Als einen anatomischen Erfolg (= keine weitere chirurgische Intervention notwendig) klassifizierten Klinikdirektor Gerd Geerling und Mitarbeiter 23 der 37 Augen (62%), darunter alle 7 Augen mit aktiver herpetischer Keratitis. Die Ein-Jahres-Überlebensrate der Transplantate lag bei 78,4%. Die durchschnittliche bestkorrigierte Sehschärfe (CDVA) der betroffenen Augen betrug präoperativ in dem Kollektiv 1,42 logMAR, nach einem halben Jahr 1,5 logMAR und nach einem Jahr 1,3 logMAR. Als einen vollen funktionellen Erfolg (= CDVA von dezimal 0,4 bzw. 0,4 logMAR) konnten nach einem Jahr 28% der behandelten Augen gelten, als einen bedingten funktionellen Erfolg (= CDVA von dezimal 0,05 bzw. 1,3 logMAR) bewerteten die Autoren 36% der Verläufe, während bei ebenfalls 36% die erreichte Sehschärfe als Fehlschlag galt. 14 der 37 Augen (38%) entwickelten postoperative Komplikationen, mehr als die Hälfte dieser Patienten litten an einem Diabetes mellitus Typ 2. Bei einem Patienten musste eine Eviszeration vorgenommen werden; das phthitische und mehrfach nach Retinopathia praematurorum voroperierte Auge entwickelte nach einer Re-Keratoplastik (mit normal großem Transplantat) ein erneutes Ulkus und eine Endophthalmitis.
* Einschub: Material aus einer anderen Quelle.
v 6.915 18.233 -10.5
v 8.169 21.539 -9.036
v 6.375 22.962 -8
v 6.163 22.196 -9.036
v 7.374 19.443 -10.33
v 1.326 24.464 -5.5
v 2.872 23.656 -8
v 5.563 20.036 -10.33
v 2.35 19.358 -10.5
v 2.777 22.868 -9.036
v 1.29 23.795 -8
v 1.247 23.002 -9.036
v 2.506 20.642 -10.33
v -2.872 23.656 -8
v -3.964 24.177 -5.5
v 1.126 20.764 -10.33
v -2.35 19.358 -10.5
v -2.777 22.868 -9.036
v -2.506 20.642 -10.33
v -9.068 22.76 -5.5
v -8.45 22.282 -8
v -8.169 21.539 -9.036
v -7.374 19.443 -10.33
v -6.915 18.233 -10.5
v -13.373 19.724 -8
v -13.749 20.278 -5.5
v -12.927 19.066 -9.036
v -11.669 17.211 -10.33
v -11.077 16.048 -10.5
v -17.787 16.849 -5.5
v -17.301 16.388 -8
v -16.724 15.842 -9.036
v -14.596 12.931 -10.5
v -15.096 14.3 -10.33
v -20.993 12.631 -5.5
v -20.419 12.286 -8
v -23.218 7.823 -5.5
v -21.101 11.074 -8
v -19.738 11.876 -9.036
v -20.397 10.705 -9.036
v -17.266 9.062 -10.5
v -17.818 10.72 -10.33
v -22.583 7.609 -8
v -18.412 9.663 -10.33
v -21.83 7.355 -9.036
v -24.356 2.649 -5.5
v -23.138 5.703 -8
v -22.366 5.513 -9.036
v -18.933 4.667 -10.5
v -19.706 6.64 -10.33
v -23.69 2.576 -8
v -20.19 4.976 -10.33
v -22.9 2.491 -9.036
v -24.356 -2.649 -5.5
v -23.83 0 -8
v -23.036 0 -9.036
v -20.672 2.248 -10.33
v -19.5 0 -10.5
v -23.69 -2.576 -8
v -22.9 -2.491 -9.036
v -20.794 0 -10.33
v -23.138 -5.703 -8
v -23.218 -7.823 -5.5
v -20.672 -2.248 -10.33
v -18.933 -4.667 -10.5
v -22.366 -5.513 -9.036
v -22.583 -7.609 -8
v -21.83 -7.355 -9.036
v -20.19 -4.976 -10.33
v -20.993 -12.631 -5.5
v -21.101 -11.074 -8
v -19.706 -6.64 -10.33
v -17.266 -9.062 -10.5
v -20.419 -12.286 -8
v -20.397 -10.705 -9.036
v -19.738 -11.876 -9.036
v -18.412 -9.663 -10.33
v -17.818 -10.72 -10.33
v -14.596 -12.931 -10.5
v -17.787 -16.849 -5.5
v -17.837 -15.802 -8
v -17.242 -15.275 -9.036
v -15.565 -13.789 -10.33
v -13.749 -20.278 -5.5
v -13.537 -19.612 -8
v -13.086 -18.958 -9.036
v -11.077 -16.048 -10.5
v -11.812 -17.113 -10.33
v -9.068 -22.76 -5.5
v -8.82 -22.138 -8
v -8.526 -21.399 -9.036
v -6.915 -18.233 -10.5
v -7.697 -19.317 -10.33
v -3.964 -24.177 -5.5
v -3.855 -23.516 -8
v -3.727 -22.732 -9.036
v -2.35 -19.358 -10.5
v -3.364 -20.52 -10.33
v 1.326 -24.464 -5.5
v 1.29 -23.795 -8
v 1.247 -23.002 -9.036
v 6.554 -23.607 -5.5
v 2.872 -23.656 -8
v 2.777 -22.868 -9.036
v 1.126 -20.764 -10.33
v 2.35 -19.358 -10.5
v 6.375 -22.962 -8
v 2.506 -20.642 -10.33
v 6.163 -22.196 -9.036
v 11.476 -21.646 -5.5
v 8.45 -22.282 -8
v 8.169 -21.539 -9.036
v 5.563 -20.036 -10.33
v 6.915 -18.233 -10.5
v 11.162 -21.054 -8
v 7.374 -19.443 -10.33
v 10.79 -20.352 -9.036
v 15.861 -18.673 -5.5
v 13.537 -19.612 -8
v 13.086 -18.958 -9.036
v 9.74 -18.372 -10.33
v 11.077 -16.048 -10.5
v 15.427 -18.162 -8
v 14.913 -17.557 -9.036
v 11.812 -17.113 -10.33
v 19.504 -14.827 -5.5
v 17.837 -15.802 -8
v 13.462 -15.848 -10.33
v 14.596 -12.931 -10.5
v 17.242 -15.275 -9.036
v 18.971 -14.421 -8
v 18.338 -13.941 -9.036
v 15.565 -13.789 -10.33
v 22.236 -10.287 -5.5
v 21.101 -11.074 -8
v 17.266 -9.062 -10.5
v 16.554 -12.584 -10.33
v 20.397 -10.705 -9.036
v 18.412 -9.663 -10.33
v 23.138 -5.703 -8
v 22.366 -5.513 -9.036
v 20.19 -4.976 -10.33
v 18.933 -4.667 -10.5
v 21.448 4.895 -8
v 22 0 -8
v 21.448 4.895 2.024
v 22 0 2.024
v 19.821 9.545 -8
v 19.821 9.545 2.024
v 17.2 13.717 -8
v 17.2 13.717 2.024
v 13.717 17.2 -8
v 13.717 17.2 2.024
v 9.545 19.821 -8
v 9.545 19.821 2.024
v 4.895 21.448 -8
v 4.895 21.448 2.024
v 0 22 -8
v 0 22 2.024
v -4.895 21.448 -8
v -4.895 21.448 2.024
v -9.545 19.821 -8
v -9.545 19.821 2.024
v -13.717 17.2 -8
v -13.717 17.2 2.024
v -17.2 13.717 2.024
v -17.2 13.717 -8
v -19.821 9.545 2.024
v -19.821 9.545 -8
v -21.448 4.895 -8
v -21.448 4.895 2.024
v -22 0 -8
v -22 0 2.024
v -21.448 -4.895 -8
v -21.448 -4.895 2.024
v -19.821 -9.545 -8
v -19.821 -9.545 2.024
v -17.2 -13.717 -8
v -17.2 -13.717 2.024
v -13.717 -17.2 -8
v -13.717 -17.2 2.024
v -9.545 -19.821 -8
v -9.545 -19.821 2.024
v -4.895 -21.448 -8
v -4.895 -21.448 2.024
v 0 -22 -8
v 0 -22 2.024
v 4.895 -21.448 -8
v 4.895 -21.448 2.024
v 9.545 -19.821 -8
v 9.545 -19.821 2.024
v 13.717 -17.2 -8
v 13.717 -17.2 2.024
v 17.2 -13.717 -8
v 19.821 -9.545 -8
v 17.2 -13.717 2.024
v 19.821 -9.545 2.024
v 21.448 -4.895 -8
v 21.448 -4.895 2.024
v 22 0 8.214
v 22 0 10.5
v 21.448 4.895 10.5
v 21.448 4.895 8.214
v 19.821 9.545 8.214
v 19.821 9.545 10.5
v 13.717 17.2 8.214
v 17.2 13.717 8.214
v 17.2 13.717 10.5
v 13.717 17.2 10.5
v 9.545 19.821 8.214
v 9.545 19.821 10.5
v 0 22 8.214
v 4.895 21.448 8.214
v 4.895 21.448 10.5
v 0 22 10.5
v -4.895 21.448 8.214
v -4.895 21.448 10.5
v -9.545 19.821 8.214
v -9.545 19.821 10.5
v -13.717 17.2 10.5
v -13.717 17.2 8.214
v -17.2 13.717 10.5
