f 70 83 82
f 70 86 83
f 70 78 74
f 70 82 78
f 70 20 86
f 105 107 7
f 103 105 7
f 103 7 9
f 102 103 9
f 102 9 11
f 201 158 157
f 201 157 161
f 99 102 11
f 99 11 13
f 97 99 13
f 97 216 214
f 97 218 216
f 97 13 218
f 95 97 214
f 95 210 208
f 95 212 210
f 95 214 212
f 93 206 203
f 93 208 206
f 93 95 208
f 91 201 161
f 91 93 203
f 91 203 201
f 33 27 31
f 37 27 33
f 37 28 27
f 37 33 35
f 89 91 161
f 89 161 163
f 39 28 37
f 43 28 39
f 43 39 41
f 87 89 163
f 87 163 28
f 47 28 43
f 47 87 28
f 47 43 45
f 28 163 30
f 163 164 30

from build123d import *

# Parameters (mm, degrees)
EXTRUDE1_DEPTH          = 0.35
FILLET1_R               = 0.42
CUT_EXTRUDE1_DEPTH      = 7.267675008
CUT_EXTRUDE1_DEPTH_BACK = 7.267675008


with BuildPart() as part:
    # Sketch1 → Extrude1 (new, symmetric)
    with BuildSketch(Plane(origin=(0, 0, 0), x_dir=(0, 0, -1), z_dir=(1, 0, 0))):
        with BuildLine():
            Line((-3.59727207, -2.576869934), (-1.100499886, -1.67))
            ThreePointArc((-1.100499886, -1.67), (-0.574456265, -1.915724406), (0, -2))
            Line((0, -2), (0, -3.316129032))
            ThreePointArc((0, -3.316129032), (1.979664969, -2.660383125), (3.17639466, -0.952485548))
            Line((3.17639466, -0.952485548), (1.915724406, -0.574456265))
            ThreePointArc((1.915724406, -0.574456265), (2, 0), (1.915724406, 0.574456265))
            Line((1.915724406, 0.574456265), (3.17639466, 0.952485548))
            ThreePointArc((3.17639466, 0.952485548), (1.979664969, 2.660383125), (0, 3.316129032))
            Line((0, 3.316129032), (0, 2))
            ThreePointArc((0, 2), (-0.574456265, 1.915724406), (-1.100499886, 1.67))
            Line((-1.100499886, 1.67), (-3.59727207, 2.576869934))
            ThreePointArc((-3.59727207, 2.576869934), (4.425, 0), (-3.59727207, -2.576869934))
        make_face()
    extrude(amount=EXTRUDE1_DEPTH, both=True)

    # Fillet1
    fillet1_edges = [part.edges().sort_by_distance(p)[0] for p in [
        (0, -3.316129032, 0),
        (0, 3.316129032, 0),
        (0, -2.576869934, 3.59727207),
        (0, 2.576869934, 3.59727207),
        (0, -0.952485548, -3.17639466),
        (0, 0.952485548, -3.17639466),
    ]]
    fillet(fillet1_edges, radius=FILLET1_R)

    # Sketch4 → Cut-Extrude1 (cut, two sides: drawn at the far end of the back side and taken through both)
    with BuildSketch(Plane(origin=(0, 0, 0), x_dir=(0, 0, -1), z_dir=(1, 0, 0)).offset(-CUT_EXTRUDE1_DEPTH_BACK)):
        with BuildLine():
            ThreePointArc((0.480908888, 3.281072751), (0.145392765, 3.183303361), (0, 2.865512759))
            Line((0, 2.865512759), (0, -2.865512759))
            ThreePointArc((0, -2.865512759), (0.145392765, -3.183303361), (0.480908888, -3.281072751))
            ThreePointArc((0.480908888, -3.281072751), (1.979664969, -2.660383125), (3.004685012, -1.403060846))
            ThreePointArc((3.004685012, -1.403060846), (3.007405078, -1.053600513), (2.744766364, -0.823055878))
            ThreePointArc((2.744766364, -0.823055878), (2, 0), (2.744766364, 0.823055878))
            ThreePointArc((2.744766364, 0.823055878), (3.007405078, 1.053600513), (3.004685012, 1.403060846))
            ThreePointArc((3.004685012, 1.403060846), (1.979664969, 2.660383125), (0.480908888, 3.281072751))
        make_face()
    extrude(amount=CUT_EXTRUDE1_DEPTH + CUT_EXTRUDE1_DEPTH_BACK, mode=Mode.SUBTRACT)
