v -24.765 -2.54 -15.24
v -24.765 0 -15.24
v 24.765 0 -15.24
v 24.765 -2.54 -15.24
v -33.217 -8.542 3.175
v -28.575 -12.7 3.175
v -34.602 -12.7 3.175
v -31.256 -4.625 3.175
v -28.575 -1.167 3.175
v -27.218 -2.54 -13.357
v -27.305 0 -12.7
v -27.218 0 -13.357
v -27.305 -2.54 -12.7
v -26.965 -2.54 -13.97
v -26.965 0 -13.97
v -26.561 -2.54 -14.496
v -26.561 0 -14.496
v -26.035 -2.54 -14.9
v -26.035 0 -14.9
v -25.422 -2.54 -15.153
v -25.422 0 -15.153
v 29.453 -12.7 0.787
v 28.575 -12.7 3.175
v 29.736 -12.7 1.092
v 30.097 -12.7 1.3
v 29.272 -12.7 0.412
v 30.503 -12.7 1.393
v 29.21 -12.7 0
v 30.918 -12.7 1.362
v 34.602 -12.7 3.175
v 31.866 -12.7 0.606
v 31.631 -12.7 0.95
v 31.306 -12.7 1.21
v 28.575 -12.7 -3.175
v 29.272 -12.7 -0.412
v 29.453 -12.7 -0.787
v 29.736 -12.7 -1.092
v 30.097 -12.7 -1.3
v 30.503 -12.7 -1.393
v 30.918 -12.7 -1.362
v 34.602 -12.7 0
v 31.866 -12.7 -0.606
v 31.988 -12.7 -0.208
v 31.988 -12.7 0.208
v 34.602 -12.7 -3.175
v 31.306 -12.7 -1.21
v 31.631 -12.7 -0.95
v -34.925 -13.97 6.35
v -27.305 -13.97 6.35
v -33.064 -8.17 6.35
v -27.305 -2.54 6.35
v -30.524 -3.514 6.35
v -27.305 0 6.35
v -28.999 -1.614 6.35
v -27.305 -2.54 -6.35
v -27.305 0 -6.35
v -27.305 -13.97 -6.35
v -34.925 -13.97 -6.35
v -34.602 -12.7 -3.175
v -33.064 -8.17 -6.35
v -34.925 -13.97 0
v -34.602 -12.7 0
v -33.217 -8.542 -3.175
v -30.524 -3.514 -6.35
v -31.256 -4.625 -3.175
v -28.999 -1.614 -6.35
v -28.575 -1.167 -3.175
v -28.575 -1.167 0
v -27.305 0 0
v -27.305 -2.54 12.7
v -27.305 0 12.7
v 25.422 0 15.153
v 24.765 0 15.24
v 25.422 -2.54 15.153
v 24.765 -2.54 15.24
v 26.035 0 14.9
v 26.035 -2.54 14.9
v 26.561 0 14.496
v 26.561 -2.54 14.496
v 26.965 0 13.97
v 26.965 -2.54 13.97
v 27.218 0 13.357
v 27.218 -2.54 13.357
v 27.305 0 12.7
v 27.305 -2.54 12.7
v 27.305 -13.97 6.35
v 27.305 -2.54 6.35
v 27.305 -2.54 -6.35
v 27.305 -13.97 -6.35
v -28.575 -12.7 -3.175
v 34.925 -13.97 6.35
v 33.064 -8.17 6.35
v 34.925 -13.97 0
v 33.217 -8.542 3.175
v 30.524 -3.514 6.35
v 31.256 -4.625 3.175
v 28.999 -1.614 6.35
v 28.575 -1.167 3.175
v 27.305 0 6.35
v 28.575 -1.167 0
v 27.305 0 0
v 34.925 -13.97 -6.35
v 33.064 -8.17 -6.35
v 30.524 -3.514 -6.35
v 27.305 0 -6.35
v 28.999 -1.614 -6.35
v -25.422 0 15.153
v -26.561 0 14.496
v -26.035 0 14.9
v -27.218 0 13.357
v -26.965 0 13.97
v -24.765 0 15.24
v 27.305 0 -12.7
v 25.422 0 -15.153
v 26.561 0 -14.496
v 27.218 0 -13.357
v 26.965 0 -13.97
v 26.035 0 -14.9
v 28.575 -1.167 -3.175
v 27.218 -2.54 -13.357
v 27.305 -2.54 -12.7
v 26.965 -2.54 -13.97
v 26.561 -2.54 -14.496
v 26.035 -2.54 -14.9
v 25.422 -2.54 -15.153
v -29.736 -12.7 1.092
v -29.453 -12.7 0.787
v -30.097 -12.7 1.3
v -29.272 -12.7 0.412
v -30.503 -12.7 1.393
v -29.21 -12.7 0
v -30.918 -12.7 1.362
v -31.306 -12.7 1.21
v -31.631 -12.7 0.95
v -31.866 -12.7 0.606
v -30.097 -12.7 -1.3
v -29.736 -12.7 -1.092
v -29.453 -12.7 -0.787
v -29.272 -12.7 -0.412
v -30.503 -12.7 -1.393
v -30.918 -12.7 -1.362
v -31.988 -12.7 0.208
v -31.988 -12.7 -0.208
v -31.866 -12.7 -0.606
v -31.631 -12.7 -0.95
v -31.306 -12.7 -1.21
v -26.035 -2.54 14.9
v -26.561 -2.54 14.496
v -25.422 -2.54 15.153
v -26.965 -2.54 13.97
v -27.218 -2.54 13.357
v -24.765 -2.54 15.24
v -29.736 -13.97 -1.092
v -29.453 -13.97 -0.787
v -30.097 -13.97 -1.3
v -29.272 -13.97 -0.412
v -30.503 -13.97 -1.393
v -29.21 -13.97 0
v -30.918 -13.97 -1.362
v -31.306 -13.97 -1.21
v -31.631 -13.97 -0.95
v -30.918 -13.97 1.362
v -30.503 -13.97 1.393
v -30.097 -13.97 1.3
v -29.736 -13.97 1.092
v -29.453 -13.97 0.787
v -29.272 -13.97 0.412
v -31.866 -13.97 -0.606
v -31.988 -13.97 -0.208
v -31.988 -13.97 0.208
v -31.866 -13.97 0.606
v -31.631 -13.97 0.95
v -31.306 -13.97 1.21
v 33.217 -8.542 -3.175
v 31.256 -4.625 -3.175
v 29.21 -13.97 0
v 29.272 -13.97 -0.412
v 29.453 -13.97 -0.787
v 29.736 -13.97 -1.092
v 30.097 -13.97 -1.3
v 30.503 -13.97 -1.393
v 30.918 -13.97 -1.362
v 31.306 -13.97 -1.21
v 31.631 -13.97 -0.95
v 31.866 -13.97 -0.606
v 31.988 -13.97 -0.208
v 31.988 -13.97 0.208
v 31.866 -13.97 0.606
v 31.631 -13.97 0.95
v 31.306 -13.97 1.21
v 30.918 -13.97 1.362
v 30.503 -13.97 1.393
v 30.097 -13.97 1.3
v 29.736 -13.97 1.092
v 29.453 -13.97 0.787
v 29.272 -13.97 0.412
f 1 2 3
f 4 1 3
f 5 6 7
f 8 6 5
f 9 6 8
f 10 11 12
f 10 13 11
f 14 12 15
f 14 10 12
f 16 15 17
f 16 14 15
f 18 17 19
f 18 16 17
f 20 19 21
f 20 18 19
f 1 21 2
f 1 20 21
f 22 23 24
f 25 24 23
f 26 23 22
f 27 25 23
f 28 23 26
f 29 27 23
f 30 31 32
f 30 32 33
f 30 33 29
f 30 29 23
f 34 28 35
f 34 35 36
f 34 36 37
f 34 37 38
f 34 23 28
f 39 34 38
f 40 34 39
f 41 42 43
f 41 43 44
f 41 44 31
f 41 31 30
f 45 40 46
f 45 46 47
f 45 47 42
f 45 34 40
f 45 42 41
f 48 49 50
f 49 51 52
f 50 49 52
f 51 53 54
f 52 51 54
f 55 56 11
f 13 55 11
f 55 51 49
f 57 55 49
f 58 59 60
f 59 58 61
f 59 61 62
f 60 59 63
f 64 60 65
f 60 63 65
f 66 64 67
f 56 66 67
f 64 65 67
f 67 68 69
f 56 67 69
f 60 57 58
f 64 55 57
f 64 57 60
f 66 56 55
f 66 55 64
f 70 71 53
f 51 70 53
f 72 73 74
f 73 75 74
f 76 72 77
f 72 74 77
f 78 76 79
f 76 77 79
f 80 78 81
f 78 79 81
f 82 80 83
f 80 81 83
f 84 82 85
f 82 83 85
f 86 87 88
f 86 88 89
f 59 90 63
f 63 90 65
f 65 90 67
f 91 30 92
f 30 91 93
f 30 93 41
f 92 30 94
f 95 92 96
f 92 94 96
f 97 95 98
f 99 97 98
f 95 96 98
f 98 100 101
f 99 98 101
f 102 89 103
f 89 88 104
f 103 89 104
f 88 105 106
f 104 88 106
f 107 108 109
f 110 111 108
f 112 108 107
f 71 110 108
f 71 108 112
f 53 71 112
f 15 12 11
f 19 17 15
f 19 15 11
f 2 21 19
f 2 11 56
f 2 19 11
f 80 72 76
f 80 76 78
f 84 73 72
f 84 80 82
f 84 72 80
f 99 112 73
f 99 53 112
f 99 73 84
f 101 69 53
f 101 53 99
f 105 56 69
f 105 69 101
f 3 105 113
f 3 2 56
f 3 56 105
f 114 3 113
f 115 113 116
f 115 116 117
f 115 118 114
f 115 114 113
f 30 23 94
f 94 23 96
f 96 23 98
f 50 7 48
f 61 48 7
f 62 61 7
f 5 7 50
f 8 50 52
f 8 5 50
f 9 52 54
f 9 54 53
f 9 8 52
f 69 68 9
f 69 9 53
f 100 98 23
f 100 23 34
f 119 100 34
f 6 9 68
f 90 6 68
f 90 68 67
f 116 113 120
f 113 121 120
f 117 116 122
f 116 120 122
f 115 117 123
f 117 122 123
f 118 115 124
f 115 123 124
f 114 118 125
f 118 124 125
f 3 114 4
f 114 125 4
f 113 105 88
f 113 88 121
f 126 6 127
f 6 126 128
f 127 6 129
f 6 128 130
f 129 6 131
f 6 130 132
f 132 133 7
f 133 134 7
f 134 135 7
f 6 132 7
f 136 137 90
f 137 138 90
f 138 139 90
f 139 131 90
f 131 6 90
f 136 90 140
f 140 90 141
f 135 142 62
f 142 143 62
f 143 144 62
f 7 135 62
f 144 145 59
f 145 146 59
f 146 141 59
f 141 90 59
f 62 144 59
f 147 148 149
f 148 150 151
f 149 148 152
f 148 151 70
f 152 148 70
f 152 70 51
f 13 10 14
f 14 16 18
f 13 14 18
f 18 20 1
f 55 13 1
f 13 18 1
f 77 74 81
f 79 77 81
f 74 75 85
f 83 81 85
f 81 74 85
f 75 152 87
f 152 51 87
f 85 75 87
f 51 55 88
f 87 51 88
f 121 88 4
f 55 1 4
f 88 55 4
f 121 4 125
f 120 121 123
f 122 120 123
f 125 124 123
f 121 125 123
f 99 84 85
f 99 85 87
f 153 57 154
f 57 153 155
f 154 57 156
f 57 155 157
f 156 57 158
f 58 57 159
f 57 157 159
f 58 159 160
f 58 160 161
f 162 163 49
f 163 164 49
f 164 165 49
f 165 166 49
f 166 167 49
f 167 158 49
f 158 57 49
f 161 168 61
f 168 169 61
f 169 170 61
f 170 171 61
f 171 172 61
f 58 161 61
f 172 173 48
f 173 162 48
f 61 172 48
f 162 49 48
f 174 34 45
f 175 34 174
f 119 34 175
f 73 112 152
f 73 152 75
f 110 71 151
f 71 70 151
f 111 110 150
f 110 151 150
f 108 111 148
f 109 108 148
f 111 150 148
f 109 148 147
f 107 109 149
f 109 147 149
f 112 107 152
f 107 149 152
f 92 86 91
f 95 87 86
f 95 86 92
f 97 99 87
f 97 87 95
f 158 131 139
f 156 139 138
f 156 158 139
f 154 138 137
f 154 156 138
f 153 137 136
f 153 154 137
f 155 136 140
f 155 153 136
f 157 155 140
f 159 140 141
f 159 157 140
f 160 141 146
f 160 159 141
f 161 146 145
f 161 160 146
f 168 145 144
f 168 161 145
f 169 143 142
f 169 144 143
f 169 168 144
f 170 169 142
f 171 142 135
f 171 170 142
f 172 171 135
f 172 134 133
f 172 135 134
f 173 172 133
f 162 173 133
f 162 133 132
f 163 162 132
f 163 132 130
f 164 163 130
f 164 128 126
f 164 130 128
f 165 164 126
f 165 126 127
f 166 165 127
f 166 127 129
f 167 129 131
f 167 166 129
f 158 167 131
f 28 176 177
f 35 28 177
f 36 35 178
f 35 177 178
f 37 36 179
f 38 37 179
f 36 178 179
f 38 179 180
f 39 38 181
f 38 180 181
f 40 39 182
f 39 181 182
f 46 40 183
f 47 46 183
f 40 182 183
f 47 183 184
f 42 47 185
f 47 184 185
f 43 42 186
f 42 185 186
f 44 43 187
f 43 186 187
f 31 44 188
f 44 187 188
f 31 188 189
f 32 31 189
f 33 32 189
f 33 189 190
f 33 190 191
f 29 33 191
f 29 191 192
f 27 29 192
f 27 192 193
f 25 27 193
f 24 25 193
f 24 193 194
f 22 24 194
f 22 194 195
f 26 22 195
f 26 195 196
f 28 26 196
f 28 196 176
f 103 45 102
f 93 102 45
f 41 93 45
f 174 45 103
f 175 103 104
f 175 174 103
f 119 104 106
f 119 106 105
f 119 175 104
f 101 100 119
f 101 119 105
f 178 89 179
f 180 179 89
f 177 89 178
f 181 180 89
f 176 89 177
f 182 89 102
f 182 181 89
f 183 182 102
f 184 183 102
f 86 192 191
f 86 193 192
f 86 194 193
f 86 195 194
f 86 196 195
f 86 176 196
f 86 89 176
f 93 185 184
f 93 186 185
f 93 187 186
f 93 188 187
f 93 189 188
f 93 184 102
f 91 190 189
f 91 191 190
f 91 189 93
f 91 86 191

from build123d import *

# Parameters (mm, degrees)
SKETCH1_W           = 54.61
SKETCH1_H           = 30.48
BOSS_EXTRUDE1_DEPTH = 2.54
FILLET1_R           = 2.54
BOSS_EXTRUDE2_DEPTH = 6.35
SKETCH3_W           = 6.35
SKETCH3_H           = 6.35
CUT_EXTRUDE1_DEPTH  = 12.7
SKETCH4_R           = 1.397
CUT_EXTRUDE2_DEPTH  = 14.9700001


with BuildPart() as part:
    # Sketch1 → Boss-Extrude1 (new body)
    with BuildSketch(Plane(origin=(0, 0, 0), x_dir=(1, 0, 0), z_dir=(0, 1, 0))):
        Rectangle(SKETCH1_W, SKETCH1_H)
    extrude(amount=-BOSS_EXTRUDE1_DEPTH)

    # Fillet1
    fillet1_edges = [part.edges().sort_by_distance(p)[0] for p in [
        (27.305, -1.27, 15.24),
        (-27.305, -1.27, 15.24),
        (-27.305, -1.27, -15.24),
        (27.305, -1.27, -15.24),
    ]]
    fillet(fillet1_edges, radius=FILLET1_R)

    # Sketch2 → Boss-Extrude2 (add, symmetric)
    with BuildSketch(Plane.XY):
        with BuildLine():
            add(Edge.make_bspline(
                [(34.925, -13.97), (32.641767313, -4.413096047), (27.305, 0)],
                knots=[0, 0, 0, 0.368203859, 0.368203859, 0.368203859], degree=2))
            Line((27.305, 0), (27.305, -13.97))
            Line((27.305, -13.97), (34.925, -13.97))
        make_face()
    boss_extrude2 = extrude(amount=BOSS_EXTRUDE2_DEPTH, both=True)

    # Sketch3 → Cut-Extrude1 (cut)
    with BuildSketch(Plane(origin=(0, 0, 0), x_dir=(1, 0, 0), z_dir=(0, 1, 0))):
        with Locations((31.75, 0)):
            Rectangle(SKETCH3_W, SKETCH3_H)
    cut_extrude1 = extrude(amount=-CUT_EXTRUDE1_DEPTH, mode=Mode.SUBTRACT)

    # Sketch4 → Cut-Extrude2 (cut, through all)
    with BuildSketch(Plane(origin=(0, -13.97, 0), x_dir=(-1, 0, 0), z_dir=(0, -1, 0))):
        with Locations((-30.607, 0)):
            Circle(SKETCH4_R)
    cut_extrude2 = extrude(amount=-CUT_EXTRUDE2_DEPTH, mode=Mode.SUBTRACT)

    # Mirror1: Boss-Extrude2, Cut-Extrude1, Cut-Extrude2 across plane
    add(boss_extrude2.mirror(Plane(origin=(0, 0, 0), x_dir=(0, 0, 1), z_dir=(1, 0, 0))))
    add(cut_extrude1.mirror(Plane(origin=(0, 0, 0), x_dir=(0, 0, 1), z_dir=(1, 0, 0))), mode=Mode.SUBTRACT)
    add(cut_extrude2.mirror(Plane(origin=(0, 0, 0), x_dir=(0, 0, 1), z_dir=(1, 0, 0))), mode=Mode.SUBTRACT)


solid = part.part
Die Düsseldorfer Autoren werten die funktionellen Ergebnisse als insgesamt moderat und ohne signifikante Visusanstiege nach einem halben und nach einem Jahr, weisen allerdings darauf hin, dass „die notfallmäßige Mini-Keratoplastik eine akute therapeutische Intervention zur Wiederherstellung der Integrität des Auges, der Ausräumung von Infektion und Inflammation sowie der Vermeidung künftiger Komplikationen ist, während die elektive perforierende Keratoplastik meist aus optischen Gründen erfolgt."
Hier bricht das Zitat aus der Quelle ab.